Records for this task:

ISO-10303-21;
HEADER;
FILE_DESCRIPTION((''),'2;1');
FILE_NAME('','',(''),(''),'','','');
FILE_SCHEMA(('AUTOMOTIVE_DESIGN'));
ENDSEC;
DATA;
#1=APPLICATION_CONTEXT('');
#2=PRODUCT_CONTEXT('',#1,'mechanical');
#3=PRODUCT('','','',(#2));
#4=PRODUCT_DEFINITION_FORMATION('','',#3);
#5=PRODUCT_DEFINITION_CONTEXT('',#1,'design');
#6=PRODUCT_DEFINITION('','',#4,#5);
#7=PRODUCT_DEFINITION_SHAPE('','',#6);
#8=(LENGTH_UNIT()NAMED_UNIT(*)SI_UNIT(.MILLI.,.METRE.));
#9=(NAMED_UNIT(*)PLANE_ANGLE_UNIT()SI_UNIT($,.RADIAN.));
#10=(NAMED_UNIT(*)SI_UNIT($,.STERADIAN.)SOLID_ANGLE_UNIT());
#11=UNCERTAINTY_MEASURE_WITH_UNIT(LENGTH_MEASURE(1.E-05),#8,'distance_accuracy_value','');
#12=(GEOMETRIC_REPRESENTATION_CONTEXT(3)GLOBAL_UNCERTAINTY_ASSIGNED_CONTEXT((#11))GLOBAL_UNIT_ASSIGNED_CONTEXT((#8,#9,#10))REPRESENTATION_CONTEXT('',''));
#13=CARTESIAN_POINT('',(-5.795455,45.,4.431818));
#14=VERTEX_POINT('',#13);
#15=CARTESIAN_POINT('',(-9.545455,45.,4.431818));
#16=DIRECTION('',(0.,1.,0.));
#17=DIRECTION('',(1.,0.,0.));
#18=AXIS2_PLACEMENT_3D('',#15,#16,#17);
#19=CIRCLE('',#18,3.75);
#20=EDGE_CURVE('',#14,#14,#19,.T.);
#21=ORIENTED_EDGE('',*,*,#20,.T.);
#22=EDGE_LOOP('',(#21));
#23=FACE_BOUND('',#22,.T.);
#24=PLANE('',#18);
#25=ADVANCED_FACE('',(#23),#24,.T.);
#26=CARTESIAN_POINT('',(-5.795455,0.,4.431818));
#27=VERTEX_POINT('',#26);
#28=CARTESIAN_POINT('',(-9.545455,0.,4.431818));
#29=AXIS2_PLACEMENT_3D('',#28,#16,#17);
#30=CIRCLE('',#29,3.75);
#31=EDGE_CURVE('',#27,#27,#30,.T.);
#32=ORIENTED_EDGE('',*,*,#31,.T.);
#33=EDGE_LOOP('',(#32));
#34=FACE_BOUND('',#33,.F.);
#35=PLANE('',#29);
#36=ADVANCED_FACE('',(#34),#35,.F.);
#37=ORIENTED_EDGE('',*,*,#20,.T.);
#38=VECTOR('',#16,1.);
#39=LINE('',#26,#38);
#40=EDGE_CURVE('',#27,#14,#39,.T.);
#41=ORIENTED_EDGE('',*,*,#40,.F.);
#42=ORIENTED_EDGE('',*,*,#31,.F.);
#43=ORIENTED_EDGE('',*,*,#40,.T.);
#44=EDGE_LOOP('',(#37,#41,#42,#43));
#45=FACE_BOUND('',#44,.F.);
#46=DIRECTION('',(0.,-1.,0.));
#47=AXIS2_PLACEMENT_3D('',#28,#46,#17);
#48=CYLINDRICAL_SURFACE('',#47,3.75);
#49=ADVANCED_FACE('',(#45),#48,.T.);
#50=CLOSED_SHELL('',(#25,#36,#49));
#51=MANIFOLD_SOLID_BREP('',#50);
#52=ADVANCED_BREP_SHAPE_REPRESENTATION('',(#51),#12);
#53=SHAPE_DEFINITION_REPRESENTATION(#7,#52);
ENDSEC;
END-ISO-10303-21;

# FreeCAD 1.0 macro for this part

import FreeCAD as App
import Part
import Sketcher

V = App.Vector
Q = App.Units.Quantity

doc = App.newDocument("Part")
body = doc.addObject("PartDesign::Body", "Body")

# Sketch on XZ plane
sketch1 = body.newObject("Sketcher::SketchObject", "Sketch")
sketch1.AttachmentSupport = (doc.getObject("XZ_Plane"), [""])
sketch1.MapMode = "FlatFace"
sketch1.addGeometry(Part.Circle(V(-9.5, 4.4, 0), V(0, 0, 1), 3.8), False)
sketch1.addConstraint([
    Sketcher.Constraint("Diameter", 0, Q("7.5 mm")),
    Sketcher.Constraint("DistanceY", -1, 1, 0, 3, Q("4.431818 mm")),
    Sketcher.Constraint("DistanceX", 0, 3, -1, 1, Q("9.545455 mm")),
])
pad1 = body.newObject("PartDesign::Pad", "Pad")
pad1.Profile = sketch1
pad1.Length = 45
pad1.Reversed = True

doc.recompute()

To do: Among the lines above, repeat exactly those from the line with "#18=AXIS2_PLACEMENT_3D('',#15,#16,#17);" to the line with "#42=ORIENTED_EDGE('',*,*,#31,.F.);", counting both ends.

Solution to this task:
#18=AXIS2_PLACEMENT_3D('',#15,#16,#17);
#19=CIRCLE('',#18,3.75);
#20=EDGE_CURVE('',#14,#14,#19,.T.);
#21=ORIENTED_EDGE('',*,*,#20,.T.);
#22=EDGE_LOOP('',(#21));
#23=FACE_BOUND('',#22,.T.);
#24=PLANE('',#18);
#25=ADVANCED_FACE('',(#23),#24,.T.);
#26=CARTESIAN_POINT('',(-5.795455,0.,4.431818));
#27=VERTEX_POINT('',#26);
#28=CARTESIAN_POINT('',(-9.545455,0.,4.431818));
#29=AXIS2_PLACEMENT_3D('',#28,#16,#17);
#30=CIRCLE('',#29,3.75);
#31=EDGE_CURVE('',#27,#27,#30,.T.);
#32=ORIENTED_EDGE('',*,*,#31,.T.);
#33=EDGE_LOOP('',(#32));
#34=FACE_BOUND('',#33,.F.);
#35=PLANE('',#29);
#36=ADVANCED_FACE('',(#34),#35,.F.);
#37=ORIENTED_EDGE('',*,*,#20,.T.);
#38=VECTOR('',#16,1.);
#39=LINE('',#26,#38);
#40=EDGE_CURVE('',#27,#14,#39,.T.);
#41=ORIENTED_EDGE('',*,*,#40,.F.);
#42=ORIENTED_EDGE('',*,*,#31,.F.);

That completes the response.